I have heard of DBAs but what’s a Database “Architect”?
A DBA traditionally handles administrative tasks such as creating security accounts to access and manipulate the data, handling data migration between different states (Development / Quality Assurance / Production) , and handling higher-level policies. A Data Architect is someone who knows the data intimately and builds the data system being used. In a growing number of businesses this is an official separation of duties due to laws such as Sarbanes Oxley.
The Data Arch builds the database tables and relationships which are normalized (3NF) for speed and efficiency, creates triggers for monitoring the specific actions on those tables and then provides stored procedures and views for the users to access the data.
Aside from being a senior programmer, I have spent years in the position of data architect providing all of the above services as well as creating and managing a data hub layer that provides a single source to a business-logic level of programming objects that can be accessed via direct instantiation or remotely and return WSDL, JSON, or simply pass through structured or queried data. This has helped prevent SQL injection attacks, siloed data systems to prevent attacks through our database to other connected systems, and provided a controlled means to access our data across our entire business platform while preserving the flexibility of making unlimited changes to the data structure as growth demands it.
That sounds like a snoozer of a job!
On the contrary, I love database work! The position of Data Arch which I have occupied has been unique in that for our public websites, a majority of our data is a reflection of business data from across several business divisions, acting as a data warehouse and using our websites to report on that information as it is needed.
While it is not an officially orchestrated data warehouse with data marts or snowflake data constructs, it has provided me the opportunity to perform data mining and extract information about our customer’s interests, locale, and a number trends that lend to larger business decisions and market predictions. It is challenging at times but deeply rewarding.
Why do websites need such complex data administration and handling?
When I first started programming I didn’t realize it at the time but I treated data like flat records. For example, a user table would have a first name, last name and phone number. But what I didn’t realize was that I was wasting space. What if the user didn’t have a phone number? Empty field. What if that user had more than one phone number? Do I keep adding phone number fields? What if another table called “Billing accounts” also needed a Name and address. Sure I could link the two but if the user’s information changed in one table, what would guarantee it would change in other tables? When the same data is repeated in multiple tables it becomes a nightmare to keep up with.
Then there was how the data was accessed. We would write adhoc calls directly to tables from within the code. What if a field property would change, be removed, or if other fields were added. Then I would have to hunt down, across dozens of sites, all the places where the table was being accessed. What a headache!

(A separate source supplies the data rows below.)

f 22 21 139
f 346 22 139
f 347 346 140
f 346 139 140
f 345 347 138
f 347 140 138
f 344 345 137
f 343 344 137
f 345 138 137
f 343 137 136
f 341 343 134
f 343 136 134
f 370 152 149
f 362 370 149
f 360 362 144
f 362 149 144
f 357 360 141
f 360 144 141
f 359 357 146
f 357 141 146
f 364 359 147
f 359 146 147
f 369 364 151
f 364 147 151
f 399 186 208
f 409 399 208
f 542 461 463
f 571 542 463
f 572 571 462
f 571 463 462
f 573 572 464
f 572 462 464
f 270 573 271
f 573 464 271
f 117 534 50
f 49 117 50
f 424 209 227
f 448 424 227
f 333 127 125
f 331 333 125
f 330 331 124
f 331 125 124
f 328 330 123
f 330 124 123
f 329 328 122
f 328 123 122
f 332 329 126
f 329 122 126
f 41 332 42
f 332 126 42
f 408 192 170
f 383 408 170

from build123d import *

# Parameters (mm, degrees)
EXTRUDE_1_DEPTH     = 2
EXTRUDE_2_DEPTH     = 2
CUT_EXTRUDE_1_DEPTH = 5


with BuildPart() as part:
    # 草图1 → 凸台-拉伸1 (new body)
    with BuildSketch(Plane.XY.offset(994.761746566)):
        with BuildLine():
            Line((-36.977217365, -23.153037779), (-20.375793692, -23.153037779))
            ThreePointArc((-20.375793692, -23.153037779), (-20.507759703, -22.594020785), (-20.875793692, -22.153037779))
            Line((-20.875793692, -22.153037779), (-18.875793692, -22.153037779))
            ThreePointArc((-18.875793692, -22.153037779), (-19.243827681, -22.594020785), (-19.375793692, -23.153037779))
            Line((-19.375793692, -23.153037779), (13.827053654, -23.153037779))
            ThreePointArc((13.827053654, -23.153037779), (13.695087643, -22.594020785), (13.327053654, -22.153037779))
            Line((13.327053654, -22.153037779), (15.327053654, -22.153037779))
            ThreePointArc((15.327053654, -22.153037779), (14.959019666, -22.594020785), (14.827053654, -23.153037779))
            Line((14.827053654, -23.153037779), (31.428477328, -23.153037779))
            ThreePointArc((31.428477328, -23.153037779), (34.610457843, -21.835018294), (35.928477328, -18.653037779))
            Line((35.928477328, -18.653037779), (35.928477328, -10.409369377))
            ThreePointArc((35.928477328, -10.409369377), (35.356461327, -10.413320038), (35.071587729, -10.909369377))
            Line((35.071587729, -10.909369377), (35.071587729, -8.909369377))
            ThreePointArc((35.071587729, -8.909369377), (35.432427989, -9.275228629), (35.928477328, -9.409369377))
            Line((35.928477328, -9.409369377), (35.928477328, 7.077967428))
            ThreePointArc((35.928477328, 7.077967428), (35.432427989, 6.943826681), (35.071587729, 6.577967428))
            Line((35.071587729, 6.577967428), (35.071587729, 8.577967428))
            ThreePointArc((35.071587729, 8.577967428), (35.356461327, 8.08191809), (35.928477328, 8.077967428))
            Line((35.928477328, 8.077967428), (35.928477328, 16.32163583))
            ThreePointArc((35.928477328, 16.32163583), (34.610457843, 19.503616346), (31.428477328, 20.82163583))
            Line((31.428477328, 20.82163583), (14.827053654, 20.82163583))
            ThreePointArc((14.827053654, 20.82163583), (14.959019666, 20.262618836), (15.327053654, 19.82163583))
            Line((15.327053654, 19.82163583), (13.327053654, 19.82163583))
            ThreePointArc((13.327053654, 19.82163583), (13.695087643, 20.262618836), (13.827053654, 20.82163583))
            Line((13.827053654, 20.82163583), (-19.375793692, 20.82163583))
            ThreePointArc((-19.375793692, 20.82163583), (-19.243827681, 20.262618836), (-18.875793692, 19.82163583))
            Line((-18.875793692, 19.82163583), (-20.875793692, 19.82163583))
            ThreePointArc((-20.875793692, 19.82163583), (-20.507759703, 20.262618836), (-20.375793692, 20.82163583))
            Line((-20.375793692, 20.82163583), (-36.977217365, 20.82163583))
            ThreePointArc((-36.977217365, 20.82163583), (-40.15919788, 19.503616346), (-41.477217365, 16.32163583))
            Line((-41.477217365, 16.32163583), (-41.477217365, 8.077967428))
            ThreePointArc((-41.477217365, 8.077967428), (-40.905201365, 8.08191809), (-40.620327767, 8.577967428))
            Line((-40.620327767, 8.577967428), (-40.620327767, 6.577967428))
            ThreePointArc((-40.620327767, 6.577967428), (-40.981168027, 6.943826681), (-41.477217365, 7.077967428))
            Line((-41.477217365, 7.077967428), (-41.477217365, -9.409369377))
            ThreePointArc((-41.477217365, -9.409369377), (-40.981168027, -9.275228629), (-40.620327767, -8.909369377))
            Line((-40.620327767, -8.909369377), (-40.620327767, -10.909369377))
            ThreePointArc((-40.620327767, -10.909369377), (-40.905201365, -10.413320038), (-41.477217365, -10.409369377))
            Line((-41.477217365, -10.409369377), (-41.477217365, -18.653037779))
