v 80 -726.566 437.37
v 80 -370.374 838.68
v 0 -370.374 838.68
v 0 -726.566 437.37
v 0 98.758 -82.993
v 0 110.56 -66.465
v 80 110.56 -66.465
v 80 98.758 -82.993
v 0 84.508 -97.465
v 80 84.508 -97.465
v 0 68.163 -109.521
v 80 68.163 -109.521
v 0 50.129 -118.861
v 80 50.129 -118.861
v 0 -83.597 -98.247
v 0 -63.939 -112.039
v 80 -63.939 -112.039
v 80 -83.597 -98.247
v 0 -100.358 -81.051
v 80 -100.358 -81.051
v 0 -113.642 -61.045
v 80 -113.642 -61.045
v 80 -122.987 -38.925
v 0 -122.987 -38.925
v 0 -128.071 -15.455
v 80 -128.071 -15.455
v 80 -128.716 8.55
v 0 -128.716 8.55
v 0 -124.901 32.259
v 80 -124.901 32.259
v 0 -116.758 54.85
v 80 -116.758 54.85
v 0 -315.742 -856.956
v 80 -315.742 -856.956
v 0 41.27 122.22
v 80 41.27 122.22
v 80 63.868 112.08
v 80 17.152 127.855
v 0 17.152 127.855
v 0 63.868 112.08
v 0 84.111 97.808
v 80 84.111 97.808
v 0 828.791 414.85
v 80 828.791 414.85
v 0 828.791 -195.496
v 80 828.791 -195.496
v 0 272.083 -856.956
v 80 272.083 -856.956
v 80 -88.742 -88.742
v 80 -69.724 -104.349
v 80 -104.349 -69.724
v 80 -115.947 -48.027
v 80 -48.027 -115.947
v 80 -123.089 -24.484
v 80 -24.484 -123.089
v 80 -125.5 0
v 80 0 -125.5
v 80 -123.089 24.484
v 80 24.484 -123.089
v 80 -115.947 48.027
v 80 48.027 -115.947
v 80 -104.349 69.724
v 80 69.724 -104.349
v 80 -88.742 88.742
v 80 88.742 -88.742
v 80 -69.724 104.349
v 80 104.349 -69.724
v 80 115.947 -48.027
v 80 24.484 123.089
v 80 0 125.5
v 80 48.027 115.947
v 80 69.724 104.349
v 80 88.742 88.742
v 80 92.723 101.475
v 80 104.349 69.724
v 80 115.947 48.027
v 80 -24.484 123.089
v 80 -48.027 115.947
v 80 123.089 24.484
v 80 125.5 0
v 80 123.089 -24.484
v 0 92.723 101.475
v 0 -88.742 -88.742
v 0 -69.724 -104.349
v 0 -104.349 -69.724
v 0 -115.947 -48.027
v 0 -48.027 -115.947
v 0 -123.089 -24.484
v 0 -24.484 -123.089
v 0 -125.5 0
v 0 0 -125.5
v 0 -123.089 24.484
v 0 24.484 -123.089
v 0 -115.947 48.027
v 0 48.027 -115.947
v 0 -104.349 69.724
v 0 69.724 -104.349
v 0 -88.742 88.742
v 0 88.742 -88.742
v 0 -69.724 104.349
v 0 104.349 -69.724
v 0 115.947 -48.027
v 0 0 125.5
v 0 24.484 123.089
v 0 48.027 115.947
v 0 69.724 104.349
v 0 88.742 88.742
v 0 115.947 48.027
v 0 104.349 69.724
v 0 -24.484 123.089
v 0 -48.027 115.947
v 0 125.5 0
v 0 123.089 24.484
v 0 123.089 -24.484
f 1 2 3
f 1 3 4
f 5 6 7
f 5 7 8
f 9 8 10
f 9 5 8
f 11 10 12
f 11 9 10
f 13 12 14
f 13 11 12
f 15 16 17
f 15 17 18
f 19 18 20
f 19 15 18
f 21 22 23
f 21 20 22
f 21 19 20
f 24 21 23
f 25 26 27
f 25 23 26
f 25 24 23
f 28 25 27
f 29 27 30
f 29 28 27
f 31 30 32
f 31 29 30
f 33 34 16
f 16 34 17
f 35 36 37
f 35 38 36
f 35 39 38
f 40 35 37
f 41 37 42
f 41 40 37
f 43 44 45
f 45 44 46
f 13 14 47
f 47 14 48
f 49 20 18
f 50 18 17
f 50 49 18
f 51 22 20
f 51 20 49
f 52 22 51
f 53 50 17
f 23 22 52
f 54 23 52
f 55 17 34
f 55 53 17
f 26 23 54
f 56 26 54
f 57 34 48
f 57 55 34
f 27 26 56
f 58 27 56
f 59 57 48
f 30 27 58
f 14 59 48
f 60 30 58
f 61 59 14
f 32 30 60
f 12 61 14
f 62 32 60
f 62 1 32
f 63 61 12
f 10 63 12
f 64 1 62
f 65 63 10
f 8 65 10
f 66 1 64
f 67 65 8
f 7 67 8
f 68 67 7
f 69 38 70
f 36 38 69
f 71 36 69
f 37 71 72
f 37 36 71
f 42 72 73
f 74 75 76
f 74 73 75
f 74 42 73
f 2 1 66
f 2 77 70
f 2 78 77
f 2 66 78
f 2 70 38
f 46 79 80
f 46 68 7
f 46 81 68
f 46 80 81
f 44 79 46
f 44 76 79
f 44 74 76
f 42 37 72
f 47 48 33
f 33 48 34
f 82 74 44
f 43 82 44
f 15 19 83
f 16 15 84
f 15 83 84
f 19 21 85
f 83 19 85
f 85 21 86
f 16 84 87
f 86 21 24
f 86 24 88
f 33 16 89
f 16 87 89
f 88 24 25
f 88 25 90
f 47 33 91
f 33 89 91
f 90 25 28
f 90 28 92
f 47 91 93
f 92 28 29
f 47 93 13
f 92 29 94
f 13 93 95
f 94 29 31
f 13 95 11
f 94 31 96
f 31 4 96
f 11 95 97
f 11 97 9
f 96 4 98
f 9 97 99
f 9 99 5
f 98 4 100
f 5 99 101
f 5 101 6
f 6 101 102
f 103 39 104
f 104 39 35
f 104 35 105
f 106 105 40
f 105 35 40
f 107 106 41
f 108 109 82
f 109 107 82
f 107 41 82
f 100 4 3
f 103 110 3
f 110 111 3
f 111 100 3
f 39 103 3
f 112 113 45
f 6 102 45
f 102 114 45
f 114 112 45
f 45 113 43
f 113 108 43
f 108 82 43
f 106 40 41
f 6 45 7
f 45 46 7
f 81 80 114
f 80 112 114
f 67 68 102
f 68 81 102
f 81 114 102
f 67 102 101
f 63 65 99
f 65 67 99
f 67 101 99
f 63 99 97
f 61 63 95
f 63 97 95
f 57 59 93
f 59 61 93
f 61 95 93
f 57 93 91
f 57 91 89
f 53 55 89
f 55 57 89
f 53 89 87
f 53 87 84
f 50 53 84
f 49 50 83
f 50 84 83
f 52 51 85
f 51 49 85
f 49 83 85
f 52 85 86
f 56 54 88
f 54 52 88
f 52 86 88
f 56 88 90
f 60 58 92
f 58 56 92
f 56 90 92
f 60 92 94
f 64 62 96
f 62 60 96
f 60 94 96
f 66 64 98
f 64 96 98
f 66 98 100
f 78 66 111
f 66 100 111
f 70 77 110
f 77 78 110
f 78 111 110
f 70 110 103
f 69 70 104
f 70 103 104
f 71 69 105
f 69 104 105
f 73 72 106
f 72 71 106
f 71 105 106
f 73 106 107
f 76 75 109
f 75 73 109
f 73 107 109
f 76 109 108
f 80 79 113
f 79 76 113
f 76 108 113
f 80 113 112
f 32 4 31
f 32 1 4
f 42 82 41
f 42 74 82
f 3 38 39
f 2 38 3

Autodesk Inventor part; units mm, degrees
ref_plane "YZ Plane" through (0, 0, 0) normal (1, 0, 0) x (0, 1, 0)
ref_plane "XZ Plane" through (0, 0, 0) normal (0, 1, 0) x (-1, 0, 0)
ref_plane "XY Plane" through (0, 0, 0) normal (0, 0, 1) x (1, 0, 0)
sketch "Sketch1" plane through (0, 0, 0) normal (1, 0, 0) x (0, 1, 0)
  circle A0 centre (0, 0) radius 129
  circle A1 centre (0, 0) radius 125.5
  dimension "d0" = 258
  dimension "d1" = 251
extrude "Extrusion1" add sketch "Sketch1" along normal blind 80
sketch "Sketch2" plane through (80, 0, 0) normal (1, 0, 0) x (0, 0, -1)
  line L0 (-101.4747, 92.723) -> (-414.8501, 828.7908)
  line L1 (-414.8501, 828.7908) -> (195.4959, 828.7908)
  line L2 (195.4959, 828.7908) -> (66.4648, 110.5596)
  circle A0 centre (0, 0) radius 129 projected
  line L3 (-101.4747, 92.723) -> (-97.8081, 84.1106)
  line L4 (118.8614, 50.1294) -> (856.9556, 272.0827)
  line L5 (856.9556, 272.0827) -> (856.9556, -315.7415)
  line L6 (856.9556, -315.7415) -> (112.0393, -63.9391)
  line L7 (-127.8547, 17.1518) -> (-838.6795, -370.3737)
  line L8 (-838.6795, -370.3737) -> (-437.3695, -726.566)
  line L9 (-437.3695, -726.566) -> (-54.85, -116.7582)
  dimension "d4" = 800
extrude "Extrusion2" add sketch "Sketch2" against normal blind 80 contours L0 L1 L2 A0 L3 | A0 L9 L8 L7 | L4 L5 L6 A0
properties part number "fan blade"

Data corruption, wasted space, highly inefficient data structures and a herding of adhoc queries was a way of life and it's effects were reflected back on the users of the websites supported by that data. On a small scale it is manageable but on a large scale it is nearly impossible to control. In recent years I have unified access to data into a programming hub with a business logic layer which then connects to views and stored procedures. This reinforces code-reuse and makes management of large data systems more centralized. The user accesses the data as if it was a method in a class passing arguments as parameters and getting back query structures. More importantly this allows me to grow and change the database and so long as the output to the user is the same, the users wouldn't need to be bothered with the changes. The structure of the database is transparent to the user and as a result, can be changed with relative ease.